OA-21: Dysregulated APOBEC3B promotes cell proliferation and DNA damage in multiple myeloma

Introduction: Previous research on APOBEC3B (A3B) in multiple myeloma (MM) has predominantly focused on APOBEC mutation signatures. However, the role of A3B mRNA expression level and its impact on MM cellular characteristics remains poorly understood. This study aims to investigate the prognostic significance of A3B mRNA expression in MM progression and explore its downstream effects through in vitro experiments.

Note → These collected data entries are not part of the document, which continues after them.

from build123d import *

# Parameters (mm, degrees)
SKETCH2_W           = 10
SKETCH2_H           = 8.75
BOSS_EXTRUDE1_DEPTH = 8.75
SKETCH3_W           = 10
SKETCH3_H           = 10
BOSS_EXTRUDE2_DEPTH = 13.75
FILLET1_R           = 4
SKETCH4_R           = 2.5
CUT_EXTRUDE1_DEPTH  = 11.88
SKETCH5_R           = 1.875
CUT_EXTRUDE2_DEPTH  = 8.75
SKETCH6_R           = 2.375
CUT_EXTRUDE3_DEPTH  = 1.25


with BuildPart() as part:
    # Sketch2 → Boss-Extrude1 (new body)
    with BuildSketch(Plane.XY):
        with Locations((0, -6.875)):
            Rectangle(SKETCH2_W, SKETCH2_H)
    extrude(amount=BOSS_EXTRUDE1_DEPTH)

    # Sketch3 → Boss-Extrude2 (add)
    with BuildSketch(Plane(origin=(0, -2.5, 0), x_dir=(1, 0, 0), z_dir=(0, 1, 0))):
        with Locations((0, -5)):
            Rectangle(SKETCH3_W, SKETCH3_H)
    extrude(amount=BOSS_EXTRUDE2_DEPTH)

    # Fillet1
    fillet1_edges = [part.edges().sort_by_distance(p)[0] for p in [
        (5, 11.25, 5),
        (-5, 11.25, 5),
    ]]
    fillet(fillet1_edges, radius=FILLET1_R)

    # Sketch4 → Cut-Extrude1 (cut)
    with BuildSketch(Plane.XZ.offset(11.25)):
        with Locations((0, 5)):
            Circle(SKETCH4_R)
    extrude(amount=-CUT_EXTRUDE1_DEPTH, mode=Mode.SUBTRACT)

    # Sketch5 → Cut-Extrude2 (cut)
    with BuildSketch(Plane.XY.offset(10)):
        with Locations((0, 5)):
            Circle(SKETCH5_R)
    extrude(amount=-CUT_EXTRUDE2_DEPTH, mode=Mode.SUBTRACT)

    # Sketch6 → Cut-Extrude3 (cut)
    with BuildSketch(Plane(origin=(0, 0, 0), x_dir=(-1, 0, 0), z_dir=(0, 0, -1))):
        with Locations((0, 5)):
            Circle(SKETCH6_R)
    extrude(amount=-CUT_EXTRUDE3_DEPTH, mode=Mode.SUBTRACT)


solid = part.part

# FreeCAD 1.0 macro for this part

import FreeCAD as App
import Part
import Sketcher
from FreeCAD import Vector


def edges_at(feature, points):
    """Names of the edges that pass closest to the given points."""
    edges = feature.Shape.Edges
    near = lambda p: min(range(len(edges)), key=lambda i: edges[i].distToShape(Part.Vertex(*p))[0])
    return sorted({f"Edge{near(p) + 1}" for p in points})

doc = App.newDocument("Part")
params = doc.addObject("Spreadsheet::Sheet", "Params")
for row, (alias, value) in enumerate([
    ("sketch1_width", "10 mm"),
    ("sketch1_height", "8.75 mm"),
    ("pad1_length", "8.75 mm"),
    ("sketch2_width", "10 mm"),
    ("pad2_length", "13.75 mm"),
    ("fillet_radius", "4 mm"),
    ("sketch3_diameter", "5 mm"),
    ("pocket1_length", "11.88 mm"),
    ("sketch4_diameter", "3.75 mm"),
    ("pocket2_length", "8.75 mm"),
    ("sketch5_diameter", "4.75 mm"),
    ("pocket3_length", "1.25 mm"),
], start=1):
    params.set(f"A{row}", alias)
    params.set(f"B{row}", "=" + value)
    params.setAlias(f"B{row}", alias)

body = doc.addObject("PartDesign::Body", "Body")

# Sketch on XY plane
sketch1 = doc.addObject("Sketcher::SketchObject", "Sketch")
body.addObject(sketch1)
sketch1.AttachmentSupport = (doc.XY_Plane, [""])
sketch1.MapMode = "FlatFace"
sketch1.addGeometry([
    Part.LineSegment(Vector(-5, -2, 0), Vector(-5, -11, 0)),
    Part.LineSegment(Vector(-5, -11, 0), Vector(5, -11, 0)),
    Part.LineSegment(Vector(5, -11, 0), Vector(5, -2, 0)),
    Part.LineSegment(Vector(5, -2, 0), Vector(-5, -2, 0)),
], False)
sketch1.addConstraint([
    Sketcher.Constraint("Coincident", 0, 2, 1, 1),
    Sketcher.Constraint("Coincident", 1, 2, 2, 1),
    Sketcher.Constraint("Coincident", 2, 2, 3, 1),
    Sketcher.Constraint("Coincident", 3, 2, 0, 1),
    Sketcher.Constraint("Vertical", 0),
    Sketcher.Constraint("Horizontal", 1),
    Sketcher.Constraint("Vertical", 2),
    Sketcher.Constraint("Horizontal", 3),
    Sketcher.Constraint("DistanceX", 1, 1, 1, 2, 10.0),
    Sketcher.Constraint("DistanceX", 0, 2, -1, 1, 5.0),
    Sketcher.Constraint("DistanceY", 0, 2, 0, 1, 8.75),
    Sketcher.Constraint("DistanceY", 2, 2, -1, 1, 2.5),
])
sketch1.setExpression("Constraints[8]", "Params.sketch1_width")
sketch1.setExpression("Constraints[10]", "Params.sketch1_height")
pad1 = doc.addObject("PartDesign::Pad", "Pad")
body.addObject(pad1)
pad1.Profile = sketch1
pad1.setExpression("Length", "Params.pad1_length")

# Sketch on XZ plane
sketch2 = doc.addObject("Sketcher::SketchObject", "Sketch001")
body.addObject(sketch2)
sketch2.AttachmentSupport = (doc.XZ_Plane, [""])
sketch2.MapMode = "FlatFace"
sketch2.AttachmentOffset = App.Placement(Vector(0, 0, 2.5), App.Rotation())
sketch2.addGeometry([
    Part.LineSegment(Vector(-5, 0, 0), Vector(-5, 10, 0)),
    Part.LineSegment(Vector(-5, 10, 0), Vector(5, 10, 0)),
    Part.LineSegment(Vector(5, 10, 0), Vector(5, 0, 0)),
    Part.LineSegment(Vector(5, 0, 0), Vector(-5, 0, 0)),
], False)
sketch2.addConstraint([
    Sketcher.Constraint("Coincident", 0, 2, 1, 1),
    Sketcher.Constraint("Coincident", 1, 2, 2, 1),
    Sketcher.Constraint("Coincident", 2, 2, 3, 1),
    Sketcher.Constraint("Coincident", 3, 2, 0, 1),
    Sketcher.Constraint("Vertical", 0),
    Sketcher.Constraint("Horizontal", 1),
    Sketcher.Constraint("Vertical", 2),
    Sketcher.Constraint("Horizontal", 3),
    Sketcher.Constraint("Symmetric", 2, 2, 3, 2, -1, 1),
    Sketcher.Constraint("Equal", 3, 0),
    Sketcher.Constraint("DistanceX", 1, 1, 1, 2, 10.0),
])
sketch2.setExpression("Constraints[10]", "Params.sketch2_width")
pad2 = doc.addObject("PartDesign::Pad", "Pad001")
body.addObject(pad2)
pad2.Profile = sketch2
pad2.setExpression("Length", "Params.pad2_length")
pad2.Reversed = True
doc.recompute()

fillet = doc.addObject("PartDesign::Fillet", "Fillet")
body.addObject(fillet)
fillet.Base = (pad2, edges_at(pad2, [(5, 11.25, 5), (-5, 11.25, 5)]))
fillet.setExpression("Radius", "Params.fillet_radius")

# Sketch on XZ plane
sketch3 = doc.addObject("Sketcher::SketchObject", "Sketch002")
body.addObject(sketch3)
sketch3.AttachmentSupport = (doc.XZ_Plane, [""])
sketch3.MapMode = "FlatFace"
sketch3.AttachmentOffset = App.Placement(Vector(0, 0, 11.25), App.Rotation())
sketch3.addGeometry(Part.Circle(Vector(0, 5, 0), Vector(0, 0, 1), 2.5), False)
sketch3.addConstraint([
    Sketcher.Constraint("PointOnObject", 0, 3, -2),
    Sketcher.Constraint("Diameter", 0, 5.0),
    Sketcher.Constraint("DistanceY", -1, 1, 0, 3, 5.0),
])
sketch3.setExpression("Constraints[1]", "Params.sketch3_diameter")
pocket1 = doc.addObject("PartDesign::Pocket", "Pocket")
body.addObject(pocket1)
pocket1.Profile = sketch3
pocket1.setExpression("Length", "Params.pocket1_length")

# Sketch on XY plane
sketch4 = doc.addObject("Sketcher::SketchObject", "Sketch003")
body.addObject(sketch4)
sketch4.AttachmentSupport = (doc.XY_Plane, [""])
sketch4.MapMode = "FlatFace"
sketch4.AttachmentOffset = App.Placement(Vector(0, 0, 10), App.Rotation())
sketch4.addGeometry(Part.Circle(Vector(0, 5, 0), Vector(0, 0, 1), 1.9), False)
sketch4.addConstraint([
    Sketcher.Constraint("PointOnObject", 0, 3, -2),
    Sketcher.Constraint("Diameter", 0, 3.75),
    Sketcher.Constraint("DistanceY", -1, 1, 0, 3, 5.0),
])
sketch4.setExpression("Constraints[1]", "Params.sketch4_diameter")
pocket2 = doc.addObject("PartDesign::Pocket", "Pocket001")
body.addObject(pocket2)
pocket2.Profile = sketch4
pocket2.setExpression("Length", "Params.pocket2_length")

# Sketch on XY plane
sketch5 = doc.addObject("Sketcher::SketchObject", "Sketch004")
body.addObject(sketch5)
sketch5.AttachmentSupport = (doc.XY_Plane, [""])
sketch5.MapMode = "FlatFace"
sketch5.addGeometry(Part.Circle(Vector(0, 5, 0), Vector(0, 0, 1), 2.4), False)
sketch5.addConstraint([
    Sketcher.Constraint("PointOnObject", 0, 3, -2),
    Sketcher.Constraint("Diameter", 0, 4.75),
    Sketcher.Constraint("DistanceY", -1, 1, 0, 3, 5.0),
])
sketch5.setExpression("Constraints[1]", "Params.sketch5_diameter")
pocket3 = doc.addObject("PartDesign::Pocket", "Pocket002")
body.addObject(pocket3)
pocket3.Profile = sketch5
pocket3.setExpression("Length", "Params.pocket3_length")
pocket3.Reversed = True

doc.recompute()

Methods: The prognostic significance of A3B mRNA expression level in the CoMMpass dataset was investigated using Univariate Cox regression and Kaplan-Meier Curve analysis. Additionally, a pathways analysis (KEGG/REACTOME) was conducted to identify biological functions that were significantly overrepresented in genes correlated with A3B expression. Lentiviral knockdown (KD) and overexpression (OE) of A3B were performed in MM cell lines, followed by RNA-seq and pathway analysis to identify shared pathways through parallel analysis. The obtained results were subsequently tested and validated in vitro.

Results: A3B expression level showed the highest hazard ratio (HROS:2.60; HRPFS:2.32, p< 0.001) among all APOBECs in the MMRF dataset, highlighting the need for functional analysis in MM cells. Genes associated with cell cycle, G1 to S phase transition, and DNA repair response pathways were significantly enriched in the downregulated and upregulated genes in A3B KD (AMO1, L363, LP1, EJM, U266B1) and OE (U266B1, OPM2) MM cell lines, respectively. These findings were validated in the MMRF dataset, showing a significant overrepresentation of these pathways in genes positively correlated with A3B transcript levels and overexpressed in A3B-high (4th quartile) patients versus A3B-low (1st quartile) patients. We showed that A3B KD significantly decreased the proliferation rate and particularly inhibited the G1 to S phase transition in the BrdU/PI assay, resulting in G1 to S arrest. The level of DNA double strand breaks (p-H2AX-S139), single strand DNA breaks (p-S33-RPA32), and deaminase activity (apurinic/apyrimidinic site levels) were quantified in MM cell lines revealing a reduction in A3B KD cells versus cells transduced with empty vector/scrambled. We conducted further investigations to assess the impact of A3B expression levels in patients with Del17p (DNA repair deficiency). Our findings demonstrate that patients carrying del(17p)(CCF>20%) and exhibiting high A3B mRNA expression levels (4th quartile) display a significant (p < 0.05) enrichment of APOBEC-induced genomic mutations, along with a worse prognosis (median PFS: 500 days), in comparison to patients with intermediate (2nd and 3rd quartile) (median PFS: 1000 days) and low (1st quartile) A3B expression levels (median PFS: 1900 days).

Conclusions: These findings highlight the substantial involvement of A3B in cell proliferation and genomic instability in MM. This identifies A3B as a promising candidate for targeted interventions aimed at mitigating DNA damage and genomic instability in MM cells, particularly among patients with del(17p).